For the 10-plus-unit sector in the same time period, the average price per sq. ft. has increased from approximately $306 in 2007 to approximately $379 in 2008, an increase of approximately 24%. GRMs have dipped from approximately 15.94 in 2007 to approximately 15.36 in 2008, and the cost per unit has increased from approximately $228,000 in 2007 to approximately $278,000 in 2008.

Dollar volume for the 10-plus-unit sector in 2007 for the same time period (through the end of the second quarter) was approximately $444 million versus approximately $279 million in 2008. This is a decrease of approximately 37%. The number of transactions in 2007 was approximately 74 versus approximately 33 in 2008, a decrease of 55%. The sources of the numbers reported are from the Marcus & Millichap Research Department, the San Francisco Multiple Listing Service and CoStar Comps.

In both sectors (5-9 units and 10-plus units) the velocity has dropped 50% or more. The majority of local investors are not interested in buying at current pricing levels. I believe the transactions that are happening today are driven by the best locations, added value and development opportunities, owner-users and, lastly, by motivated sellers who price to sell and are looking to move large equity gains from marginal neighborhoods to higher quality properties and locations. I believe the motivation by these sellers has come from an anticipation of future negative pricing adjustments. To date, we have not seen any significant pricing adjustments in both the 5-9- and 10-plus-unit sectors for price per sq. ft. and price per unit. However, as stated above, the best locations have driven the majority of our sales this year. There have already been some real pricing adjustments in the B and C locations—approximately 10% to 15%. I believe this trend will continue as we move through the rest of the year.

These are tricky times when it comes to pricing properties. The inventory levels for apartment properties are at the highest levels we have seen in recent years. Many agents are ignoring current market conditions when pricing properties and are sitting on listings generating no activity. Agents and sellers need to really dig into the market data to accurately price properties. On the other hand, well-priced properties are still receiving multiple offers and selling above asking prices. Ultimately, increased supply coupled with decreasing demand could put a drag on pricing levels as we go forward.

A Lembi Liquidation Sale
The Lembi Group has recently listed two pools for sale, totaling 19 properties comprised of 687 units, and has another 20-plus buildings for sale individually with various agents around town. Additionally, the group has reached a tentative agreement with a Real Estate Investment Trust for the sale of 1,500-plus units. A combination of stiffer underwriting guidelines, lack of liquidity in the banking industry and maturing notes has triggered the selling spree by San Francisco’s largest landlord.

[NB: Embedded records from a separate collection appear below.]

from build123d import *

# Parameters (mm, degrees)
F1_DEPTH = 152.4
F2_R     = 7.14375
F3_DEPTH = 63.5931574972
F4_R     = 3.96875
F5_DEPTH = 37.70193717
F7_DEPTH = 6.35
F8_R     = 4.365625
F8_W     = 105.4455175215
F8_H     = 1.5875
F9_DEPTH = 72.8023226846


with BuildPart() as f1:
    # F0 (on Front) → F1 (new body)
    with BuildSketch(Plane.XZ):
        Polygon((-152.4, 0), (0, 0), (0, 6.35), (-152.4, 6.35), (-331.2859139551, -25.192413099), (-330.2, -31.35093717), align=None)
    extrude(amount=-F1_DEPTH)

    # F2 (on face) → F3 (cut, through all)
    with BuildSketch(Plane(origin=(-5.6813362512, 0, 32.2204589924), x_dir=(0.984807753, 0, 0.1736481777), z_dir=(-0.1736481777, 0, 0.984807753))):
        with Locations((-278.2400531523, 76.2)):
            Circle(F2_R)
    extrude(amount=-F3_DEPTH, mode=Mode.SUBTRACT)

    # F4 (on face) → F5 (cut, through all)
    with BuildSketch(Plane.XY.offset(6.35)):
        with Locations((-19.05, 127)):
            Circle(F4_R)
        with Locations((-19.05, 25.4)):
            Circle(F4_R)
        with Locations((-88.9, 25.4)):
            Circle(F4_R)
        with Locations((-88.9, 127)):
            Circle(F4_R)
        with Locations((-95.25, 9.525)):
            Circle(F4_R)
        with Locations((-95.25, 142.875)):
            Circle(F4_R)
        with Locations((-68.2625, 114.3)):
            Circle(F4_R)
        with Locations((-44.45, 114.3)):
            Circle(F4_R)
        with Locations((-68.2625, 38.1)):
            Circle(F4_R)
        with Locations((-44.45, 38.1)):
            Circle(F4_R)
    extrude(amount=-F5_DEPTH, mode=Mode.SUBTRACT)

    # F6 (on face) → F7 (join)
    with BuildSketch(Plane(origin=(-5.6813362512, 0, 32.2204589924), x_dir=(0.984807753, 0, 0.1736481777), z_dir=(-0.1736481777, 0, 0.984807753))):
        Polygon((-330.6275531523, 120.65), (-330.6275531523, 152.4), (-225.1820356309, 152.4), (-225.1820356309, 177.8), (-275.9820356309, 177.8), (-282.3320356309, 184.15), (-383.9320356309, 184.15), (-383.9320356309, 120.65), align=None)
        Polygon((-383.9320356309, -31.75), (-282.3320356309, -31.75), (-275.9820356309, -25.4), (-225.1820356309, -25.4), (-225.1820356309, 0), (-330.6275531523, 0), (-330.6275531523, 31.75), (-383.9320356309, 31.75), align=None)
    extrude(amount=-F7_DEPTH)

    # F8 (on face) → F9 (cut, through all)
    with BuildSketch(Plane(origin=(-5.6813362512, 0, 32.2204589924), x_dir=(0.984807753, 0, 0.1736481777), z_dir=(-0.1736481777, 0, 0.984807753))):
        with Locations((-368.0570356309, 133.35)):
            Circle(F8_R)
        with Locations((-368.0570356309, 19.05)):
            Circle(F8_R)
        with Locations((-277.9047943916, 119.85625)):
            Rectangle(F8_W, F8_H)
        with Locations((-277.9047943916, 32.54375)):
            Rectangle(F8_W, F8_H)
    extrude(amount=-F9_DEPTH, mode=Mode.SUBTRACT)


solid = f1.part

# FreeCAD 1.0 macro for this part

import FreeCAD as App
import Part
import Sketcher

V = App.Vector
Q = App.Units.Quantity

doc = App.newDocument("Part")
body = doc.addObject("PartDesign::Body", "Body")

# Sketch on XZ plane
sketch1 = body.newObject("Sketcher::SketchObject", "Sketch")
sketch1.AttachmentSupport = (doc.getObject("XZ_Plane"), [""])
sketch1.MapMode = "FlatFace"
sketch1.addGeometry([
    Part.LineSegment(V(-152.4, 0, 0), V(0, 0, 0)),  # 0
    Part.LineSegment(V(0, 0, 0), V(0, 6.35, 0)),  # 1
    Part.LineSegment(V(0, 6.35, 0), V(-152.4, 6.35, 0)),  # 2
    Part.LineSegment(V(-152.4, 6.35, 0), V(-331.285914, -25.192413, 0)),  # 3
    Part.LineSegment(V(-331.285914, -25.192413, 0), V(-330.2, -31.350937, 0)),  # 4
    Part.LineSegment(V(-330.2, -31.350937, 0), V(-152.4, 0, 0)),  # 5
], False)
sketch1.addConstraint([
    Sketcher.Constraint("Coincident", 0, 2, 1, 1),
    Sketcher.Constraint("Coincident", 1, 2, 2, 1),
    Sketcher.Constraint("Coincident", 2, 2, 3, 1),
    Sketcher.Constraint("Coincident", 3, 2, 4, 1),
    Sketcher.Constraint("Coincident", 4, 2, 5, 1),
    Sketcher.Constraint("Coincident", 5, 2, 0, 1),
    Sketcher.Constraint("Horizontal", 0),
    Sketcher.Constraint("Vertical", 1),
    Sketcher.Constraint("Horizontal", 2),
    Sketcher.Constraint("Coincident", 0, 2, -1, 1),
    Sketcher.Constraint("Perpendicular", 3, 4),
    Sketcher.Constraint("Perpendicular", 4, 5),
    Sketcher.Constraint("Vertical", 2, 2, 5, 2),
    Sketcher.Constraint("DistanceX", 0, 1, 0, 2, Q("6 in")),
    Sketcher.Constraint("DistanceX", 4, 2, -1, 1, Q("13 in")),
    Sketcher.Constraint("Angle", 3, Q("-170 deg")),
    Sketcher.Constraint("DistanceY", 1, 1, 1, 2, Q("0.25 in")),
])
pad1 = body.newObject("PartDesign::Pad", "Pad")
pad1.Profile = sketch1
pad1.Length = Q("6 in")
pad1.Reversed = True

# Sketch on an angled plane
sketch2 = body.newObject("Sketcher::SketchObject", "Sketch001")
sketch2.Placement = App.Placement(V(-5.681336, 0, 32.220459), App.Rotation(V(0.984807753, 0, 0.173648178), V(0, 1, 0), V(-0.173648178, 0, 0.984807753), "ZXY"))
sketch2.addGeometry(Part.Circle(V(-278.240053, 76.2, 0), V(0, 0, 1), 7.14375), False)
sketch2.addConstraint([
    Sketcher.Constraint("Diameter", 0, Q("0.5625 in")),
    Sketcher.Constraint("DistanceY", -1, 1, 0, 3, Q("3 in")),
    Sketcher.Constraint("DistanceX", 0, 3, -1, 1, Q("278.240053 mm")),
])
pocket1 = body.newObject("PartDesign::Pocket", "Pocket")
pocket1.Profile = sketch2
pocket1.Type = "ThroughAll"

The Lembi Group has been a significant leader in the San Francisco apartment market for decades. It has added value to virtually every property it has owned by renovating apartments and common areas, and improving tenant profiles. With these improvements come higher market rents, which in turn have elevated pricing levels for all of San Francisco. The group unfairly received some bad press over the last few years because of a pending suit filed a few years ago by the city attorney and some tenant groups asserting unfair business practices, when, in fact, the group has received awards from the San Francisco Apartment Association for turning disgusting drug and rat-infested buildings into safe, quality housing for all residents. Unfortunately for the city, the politicians got it wrong again and have elected to defend the rats and drug dealers instead of defending the Lembi Group.

Rents May Have Peaked
Overall, fundamentals for apartment owners and operators remain steady. Many insiders feel that apartment rents have peaked. If this is true, I believe most owners are quite content with current rent levels and will not find this news disheartening. My experience has been that the mid-range market ($1,500 to $3,000) is still very healthy with a consistent pool of renters. A client reported that he had two rental units available over the Fourth of July weekend in the $2,800 to $3,400 range. During this holiday weekend, he received over 30 calls for the two units and rented both units that week. The rental agents that I have spoken with echo this sentiment, adding that the market under $2,000 is hyperactive. On the other hand, some sales agents I have spoken with reported that their clients are experiencing a slower rental market. We will all have to stay tuned regarding the direction of our current rental market based on the conflicting opinions I am hearing.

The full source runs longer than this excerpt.